> **PROMPT**
Your task is to copy the lines of the data below from the line holding "#154=ORIENTED_EDGE('',*,*,#129,.T.);" through the line holding "#178=FACE_BOUND('',#177,.T.);", inclusive, exactly and with nothing added.

> **DATASET CONTENT**
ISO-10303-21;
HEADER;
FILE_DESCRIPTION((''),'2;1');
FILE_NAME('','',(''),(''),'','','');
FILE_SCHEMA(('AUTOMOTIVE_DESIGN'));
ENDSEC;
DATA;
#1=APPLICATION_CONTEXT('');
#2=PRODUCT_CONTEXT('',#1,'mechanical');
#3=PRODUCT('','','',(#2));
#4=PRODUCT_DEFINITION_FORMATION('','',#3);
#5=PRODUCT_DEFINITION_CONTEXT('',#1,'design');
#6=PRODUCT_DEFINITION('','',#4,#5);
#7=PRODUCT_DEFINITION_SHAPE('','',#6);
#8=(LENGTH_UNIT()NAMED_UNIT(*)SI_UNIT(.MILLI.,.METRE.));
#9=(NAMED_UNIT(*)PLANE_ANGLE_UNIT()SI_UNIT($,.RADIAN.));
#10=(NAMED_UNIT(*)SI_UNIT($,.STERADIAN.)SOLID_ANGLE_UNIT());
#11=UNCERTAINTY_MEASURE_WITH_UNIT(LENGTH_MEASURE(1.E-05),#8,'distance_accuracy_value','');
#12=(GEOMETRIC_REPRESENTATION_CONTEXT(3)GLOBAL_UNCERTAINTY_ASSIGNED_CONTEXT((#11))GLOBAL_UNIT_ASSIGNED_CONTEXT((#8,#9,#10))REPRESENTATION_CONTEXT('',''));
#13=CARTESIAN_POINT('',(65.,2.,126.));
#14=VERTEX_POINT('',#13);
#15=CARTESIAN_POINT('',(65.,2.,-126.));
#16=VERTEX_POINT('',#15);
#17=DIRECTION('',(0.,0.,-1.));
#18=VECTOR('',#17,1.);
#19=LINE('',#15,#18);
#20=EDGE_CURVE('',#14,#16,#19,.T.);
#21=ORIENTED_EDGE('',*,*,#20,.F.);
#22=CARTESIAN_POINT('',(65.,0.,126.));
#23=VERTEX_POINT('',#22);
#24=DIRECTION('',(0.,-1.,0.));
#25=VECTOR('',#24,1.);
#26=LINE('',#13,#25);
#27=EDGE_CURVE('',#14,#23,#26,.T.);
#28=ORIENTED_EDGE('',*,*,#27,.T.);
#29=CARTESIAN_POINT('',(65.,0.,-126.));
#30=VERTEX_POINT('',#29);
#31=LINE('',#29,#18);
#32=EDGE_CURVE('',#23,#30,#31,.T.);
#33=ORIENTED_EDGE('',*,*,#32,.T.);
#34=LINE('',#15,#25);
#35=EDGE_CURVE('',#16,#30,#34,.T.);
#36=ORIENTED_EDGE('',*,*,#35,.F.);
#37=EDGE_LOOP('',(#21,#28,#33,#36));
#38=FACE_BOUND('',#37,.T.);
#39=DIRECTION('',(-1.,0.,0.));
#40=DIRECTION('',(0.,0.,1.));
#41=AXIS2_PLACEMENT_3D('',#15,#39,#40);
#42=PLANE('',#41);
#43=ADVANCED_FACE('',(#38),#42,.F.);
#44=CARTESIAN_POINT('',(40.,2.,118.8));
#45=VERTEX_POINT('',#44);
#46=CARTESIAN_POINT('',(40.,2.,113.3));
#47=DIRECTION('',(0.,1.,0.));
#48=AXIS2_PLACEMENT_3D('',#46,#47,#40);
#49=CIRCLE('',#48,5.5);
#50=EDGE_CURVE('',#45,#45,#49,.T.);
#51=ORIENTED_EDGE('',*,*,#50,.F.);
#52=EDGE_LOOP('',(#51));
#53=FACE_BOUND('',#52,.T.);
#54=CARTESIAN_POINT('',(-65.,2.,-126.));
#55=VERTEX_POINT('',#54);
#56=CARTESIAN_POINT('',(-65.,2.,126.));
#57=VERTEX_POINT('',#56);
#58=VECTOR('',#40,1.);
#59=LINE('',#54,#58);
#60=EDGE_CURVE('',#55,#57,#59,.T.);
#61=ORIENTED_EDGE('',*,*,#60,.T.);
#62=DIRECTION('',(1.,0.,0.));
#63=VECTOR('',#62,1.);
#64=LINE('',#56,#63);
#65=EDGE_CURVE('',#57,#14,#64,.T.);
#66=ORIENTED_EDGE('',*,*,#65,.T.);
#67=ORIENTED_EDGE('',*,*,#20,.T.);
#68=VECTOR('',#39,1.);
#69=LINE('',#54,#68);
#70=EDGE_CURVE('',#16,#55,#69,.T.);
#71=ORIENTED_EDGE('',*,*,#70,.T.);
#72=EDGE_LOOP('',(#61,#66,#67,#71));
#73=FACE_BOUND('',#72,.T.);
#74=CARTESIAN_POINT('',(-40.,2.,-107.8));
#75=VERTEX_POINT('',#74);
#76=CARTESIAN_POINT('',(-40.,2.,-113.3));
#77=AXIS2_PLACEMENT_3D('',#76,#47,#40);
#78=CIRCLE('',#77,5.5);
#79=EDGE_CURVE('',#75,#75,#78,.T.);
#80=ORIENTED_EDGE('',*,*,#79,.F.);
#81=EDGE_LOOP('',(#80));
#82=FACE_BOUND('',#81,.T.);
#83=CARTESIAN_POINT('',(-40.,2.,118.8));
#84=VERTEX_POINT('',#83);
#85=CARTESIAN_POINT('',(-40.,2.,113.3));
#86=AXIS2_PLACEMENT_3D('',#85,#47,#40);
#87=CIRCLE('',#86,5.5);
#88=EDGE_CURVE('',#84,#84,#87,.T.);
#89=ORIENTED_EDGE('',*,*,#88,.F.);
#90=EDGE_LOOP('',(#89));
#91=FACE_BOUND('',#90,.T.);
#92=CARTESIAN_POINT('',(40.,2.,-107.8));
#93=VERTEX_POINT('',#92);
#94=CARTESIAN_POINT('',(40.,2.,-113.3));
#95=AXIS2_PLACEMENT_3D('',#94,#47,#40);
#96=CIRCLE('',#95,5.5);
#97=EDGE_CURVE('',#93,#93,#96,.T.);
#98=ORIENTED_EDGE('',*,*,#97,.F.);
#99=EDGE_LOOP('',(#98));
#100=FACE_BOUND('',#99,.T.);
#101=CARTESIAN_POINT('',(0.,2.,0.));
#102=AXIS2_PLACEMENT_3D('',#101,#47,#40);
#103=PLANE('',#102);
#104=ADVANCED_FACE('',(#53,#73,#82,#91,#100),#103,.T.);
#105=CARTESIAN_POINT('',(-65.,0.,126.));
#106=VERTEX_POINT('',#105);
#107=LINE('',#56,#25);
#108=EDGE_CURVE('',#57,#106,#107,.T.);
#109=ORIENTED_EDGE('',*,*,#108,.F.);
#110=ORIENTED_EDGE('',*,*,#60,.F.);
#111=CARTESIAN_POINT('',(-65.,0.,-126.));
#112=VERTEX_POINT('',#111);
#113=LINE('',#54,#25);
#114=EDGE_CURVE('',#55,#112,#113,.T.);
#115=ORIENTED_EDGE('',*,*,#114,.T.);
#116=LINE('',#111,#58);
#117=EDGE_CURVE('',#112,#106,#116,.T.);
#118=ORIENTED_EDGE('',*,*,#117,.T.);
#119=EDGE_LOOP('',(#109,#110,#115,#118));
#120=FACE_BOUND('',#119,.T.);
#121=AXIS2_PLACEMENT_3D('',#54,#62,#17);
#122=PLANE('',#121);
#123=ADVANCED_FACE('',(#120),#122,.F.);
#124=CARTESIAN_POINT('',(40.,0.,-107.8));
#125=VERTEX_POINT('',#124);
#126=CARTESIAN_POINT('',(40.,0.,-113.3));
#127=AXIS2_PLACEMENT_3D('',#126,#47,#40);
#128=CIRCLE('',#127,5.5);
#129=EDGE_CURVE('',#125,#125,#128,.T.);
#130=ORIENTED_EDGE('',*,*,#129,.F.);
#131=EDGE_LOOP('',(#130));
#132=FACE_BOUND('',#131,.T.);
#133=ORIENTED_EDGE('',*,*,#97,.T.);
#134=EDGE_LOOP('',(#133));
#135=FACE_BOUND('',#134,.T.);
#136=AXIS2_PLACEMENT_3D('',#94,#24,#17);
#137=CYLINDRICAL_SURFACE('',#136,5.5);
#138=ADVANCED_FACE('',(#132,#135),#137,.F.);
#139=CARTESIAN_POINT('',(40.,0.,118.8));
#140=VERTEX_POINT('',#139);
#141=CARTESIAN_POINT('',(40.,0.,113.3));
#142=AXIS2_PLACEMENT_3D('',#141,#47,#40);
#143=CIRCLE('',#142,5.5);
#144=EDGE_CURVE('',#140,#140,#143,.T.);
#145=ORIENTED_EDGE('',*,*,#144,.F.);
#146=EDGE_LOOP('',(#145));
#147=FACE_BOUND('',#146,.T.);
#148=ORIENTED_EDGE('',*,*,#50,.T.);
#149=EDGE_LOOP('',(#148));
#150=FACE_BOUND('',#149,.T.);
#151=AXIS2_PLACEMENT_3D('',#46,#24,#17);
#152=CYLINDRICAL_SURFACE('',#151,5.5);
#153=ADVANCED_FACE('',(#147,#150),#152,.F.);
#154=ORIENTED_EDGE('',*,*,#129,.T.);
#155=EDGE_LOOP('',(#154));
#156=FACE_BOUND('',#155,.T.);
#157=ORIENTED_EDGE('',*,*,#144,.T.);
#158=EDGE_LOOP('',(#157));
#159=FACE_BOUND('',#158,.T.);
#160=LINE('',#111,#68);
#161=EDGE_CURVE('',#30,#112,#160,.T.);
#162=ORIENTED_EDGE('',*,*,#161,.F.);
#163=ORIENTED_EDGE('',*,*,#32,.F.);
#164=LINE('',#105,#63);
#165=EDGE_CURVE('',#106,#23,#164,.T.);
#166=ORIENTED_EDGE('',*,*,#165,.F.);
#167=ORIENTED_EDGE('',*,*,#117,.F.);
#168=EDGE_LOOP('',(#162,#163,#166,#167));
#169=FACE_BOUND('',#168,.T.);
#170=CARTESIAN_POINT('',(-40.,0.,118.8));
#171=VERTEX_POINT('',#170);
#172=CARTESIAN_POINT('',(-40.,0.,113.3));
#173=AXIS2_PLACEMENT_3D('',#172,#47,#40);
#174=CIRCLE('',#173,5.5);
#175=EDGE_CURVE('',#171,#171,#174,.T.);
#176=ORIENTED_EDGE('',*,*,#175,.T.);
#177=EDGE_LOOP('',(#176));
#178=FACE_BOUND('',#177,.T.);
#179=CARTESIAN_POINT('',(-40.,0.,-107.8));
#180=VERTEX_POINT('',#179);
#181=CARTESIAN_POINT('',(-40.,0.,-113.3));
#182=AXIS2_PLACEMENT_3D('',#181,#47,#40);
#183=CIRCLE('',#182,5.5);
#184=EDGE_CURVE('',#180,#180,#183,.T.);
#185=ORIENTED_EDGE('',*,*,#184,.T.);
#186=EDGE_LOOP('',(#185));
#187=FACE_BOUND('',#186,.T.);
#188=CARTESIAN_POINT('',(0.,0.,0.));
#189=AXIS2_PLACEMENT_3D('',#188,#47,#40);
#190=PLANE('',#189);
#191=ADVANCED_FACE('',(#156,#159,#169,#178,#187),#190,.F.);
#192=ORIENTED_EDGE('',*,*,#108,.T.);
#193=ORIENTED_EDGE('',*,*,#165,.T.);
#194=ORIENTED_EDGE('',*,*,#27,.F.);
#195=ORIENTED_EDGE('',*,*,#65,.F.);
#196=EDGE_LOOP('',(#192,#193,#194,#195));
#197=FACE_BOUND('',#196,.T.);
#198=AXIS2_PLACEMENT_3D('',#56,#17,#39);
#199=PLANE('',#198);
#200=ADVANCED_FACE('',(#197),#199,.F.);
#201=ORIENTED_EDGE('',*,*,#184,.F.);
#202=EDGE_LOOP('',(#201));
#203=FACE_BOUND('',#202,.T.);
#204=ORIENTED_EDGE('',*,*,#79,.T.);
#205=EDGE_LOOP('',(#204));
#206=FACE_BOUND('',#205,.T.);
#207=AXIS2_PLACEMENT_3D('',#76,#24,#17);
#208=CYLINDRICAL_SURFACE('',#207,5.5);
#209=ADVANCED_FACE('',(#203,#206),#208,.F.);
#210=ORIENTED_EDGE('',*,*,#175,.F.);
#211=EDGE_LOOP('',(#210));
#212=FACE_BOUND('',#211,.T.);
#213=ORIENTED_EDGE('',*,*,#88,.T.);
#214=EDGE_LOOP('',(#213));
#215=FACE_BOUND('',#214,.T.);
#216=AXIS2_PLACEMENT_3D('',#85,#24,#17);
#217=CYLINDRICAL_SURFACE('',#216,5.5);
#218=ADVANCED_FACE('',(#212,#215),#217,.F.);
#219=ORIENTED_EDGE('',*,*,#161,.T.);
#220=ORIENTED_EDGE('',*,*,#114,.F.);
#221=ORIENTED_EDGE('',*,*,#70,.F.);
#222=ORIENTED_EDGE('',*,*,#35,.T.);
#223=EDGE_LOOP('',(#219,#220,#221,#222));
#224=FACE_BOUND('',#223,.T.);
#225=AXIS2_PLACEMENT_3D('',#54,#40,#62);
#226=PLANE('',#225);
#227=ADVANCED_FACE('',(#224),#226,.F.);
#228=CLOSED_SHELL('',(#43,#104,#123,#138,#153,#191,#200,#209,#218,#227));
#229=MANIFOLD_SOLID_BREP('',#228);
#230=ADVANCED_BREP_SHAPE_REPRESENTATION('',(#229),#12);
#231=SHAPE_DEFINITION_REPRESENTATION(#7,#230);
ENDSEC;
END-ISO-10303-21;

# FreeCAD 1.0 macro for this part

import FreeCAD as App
import Part
import Sketcher

V = App.Vector
Q = App.Units.Quantity


def add_polygon(sketch, points):
    """Adds a closed chain of lines whose ends are joined by coincident constraints."""
    first, n = sketch.GeometryCount, len(points)
    for a, b in zip(points, points[1:] + points[:1]):
        sketch.addGeometry(Part.LineSegment(App.Vector(*a, 0), App.Vector(*b, 0)), False)
    for i in range(n):
        sketch.addConstraint(Sketcher.Constraint("Coincident", first + i, 2, first + (i + 1) % n, 1))

doc = App.newDocument("Part")
params = doc.addObject("Spreadsheet::Sheet", "Params")
for row, (alias, value) in enumerate([
    ("sketch1_diameter", "11 mm"),
    ("sketch1_width", "130 mm"),
    ("sketch1_height", "252 mm"),
    ("pad1_length", "2 mm"),
], start=1):
    params.set(f"A{row}", alias)
    params.set(f"B{row}", "=" + value)
    params.setAlias(f"B{row}", alias)

body = doc.addObject("PartDesign::Body", "Body")

sketch1 = doc.addObject("Sketcher::SketchObject", "Sketch")
body.addObject(sketch1)
sketch1.AttachmentSupport = (doc.XZ_Plane, [""])
sketch1.MapMode = "FlatFace"
add_polygon(sketch1, [(-65, -126), (-65, 126), (65, 126), (65, -126)])
sketch1.addGeometry(Part.Circle(V(-40, 113, 0), V(0, 0, 1), 6), False)
sketch1.addGeometry(Part.Circle(V(40, 113, 0), V(0, 0, 1), 6), False)
sketch1.addGeometry(Part.Circle(V(-40, -113, 0), V(0, 0, 1), 6), False)
sketch1.addGeometry(Part.Circle(V(40, -113, 0), V(0, 0, 1), 6), False)
sketch1.addConstraint([
    Sketcher.Constraint("Vertical", 0),
    Sketcher.Constraint("Horizontal", 1),
    Sketcher.Constraint("Vertical", 2),
    Sketcher.Constraint("Horizontal", 3),
    Sketcher.Constraint("Equal", 4, 5),
    Sketcher.Constraint("Equal", 5, 6),
    Sketcher.Constraint("Equal", 6, 7),
    Sketcher.Constraint("Symmetric", 5, 3, 6, 3, -1, 1),
    Sketcher.Constraint("Symmetric", 4, 3, 7, 3, -1, 1),
    Sketcher.Constraint("Symmetric", 0, 2, 2, 2, -1, 1),
    Sketcher.Constraint("Symmetric", 4, 3, 5, 3, -2),
    Sketcher.Constraint("Diameter", 4, Q("11 mm")),
    Sketcher.Constraint("DistanceX", 1, 1, 1, 2, Q("130 mm")),
    Sketcher.Constraint("DistanceY", 0, 1, 0, 2, Q("252 mm")),
    Sketcher.Constraint("DistanceX", 4, 3, -1, 1, Q("40 mm")),
    Sketcher.Constraint("DistanceY", -1, 1, 4, 3, Q("113.3 mm")),
])
sketch1.setExpression("Constraints[15]", "Params.sketch1_diameter")
sketch1.setExpression("Constraints[16]", "Params.sketch1_width")
sketch1.setExpression("Constraints[17]", "Params.sketch1_height")
pad1 = doc.addObject("PartDesign::Pad", "Pad")
body.addObject(pad1)
pad1.Profile = sketch1
pad1.setExpression("Length", "Params.pad1_length")
pad1.Reversed = True

doc.recompute()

> **SOLVED PROBLEM**
#154=ORIENTED_EDGE('',*,*,#129,.T.);
#155=EDGE_LOOP('',(#154));
#156=FACE_BOUND('',#155,.T.);
#157=ORIENTED_EDGE('',*,*,#144,.T.);
#158=EDGE_LOOP('',(#157));
#159=FACE_BOUND('',#158,.T.);
#160=LINE('',#111,#68);
#161=EDGE_CURVE('',#30,#112,#160,.T.);
#162=ORIENTED_EDGE('',*,*,#161,.F.);
#163=ORIENTED_EDGE('',*,*,#32,.F.);
#164=LINE('',#105,#63);
#165=EDGE_CURVE('',#106,#23,#164,.T.);
#166=ORIENTED_EDGE('',*,*,#165,.F.);
#167=ORIENTED_EDGE('',*,*,#117,.F.);
#168=EDGE_LOOP('',(#162,#163,#166,#167));
#169=FACE_BOUND('',#168,.T.);
#170=CARTESIAN_POINT('',(-40.,0.,118.8));
#171=VERTEX_POINT('',#170);
#172=CARTESIAN_POINT('',(-40.,0.,113.3));
#173=AXIS2_PLACEMENT_3D('',#172,#47,#40);
#174=CIRCLE('',#173,5.5);
#175=EDGE_CURVE('',#171,#171,#174,.T.);
#176=ORIENTED_EDGE('',*,*,#175,.T.);
#177=EDGE_LOOP('',(#176));
#178=FACE_BOUND('',#177,.T.);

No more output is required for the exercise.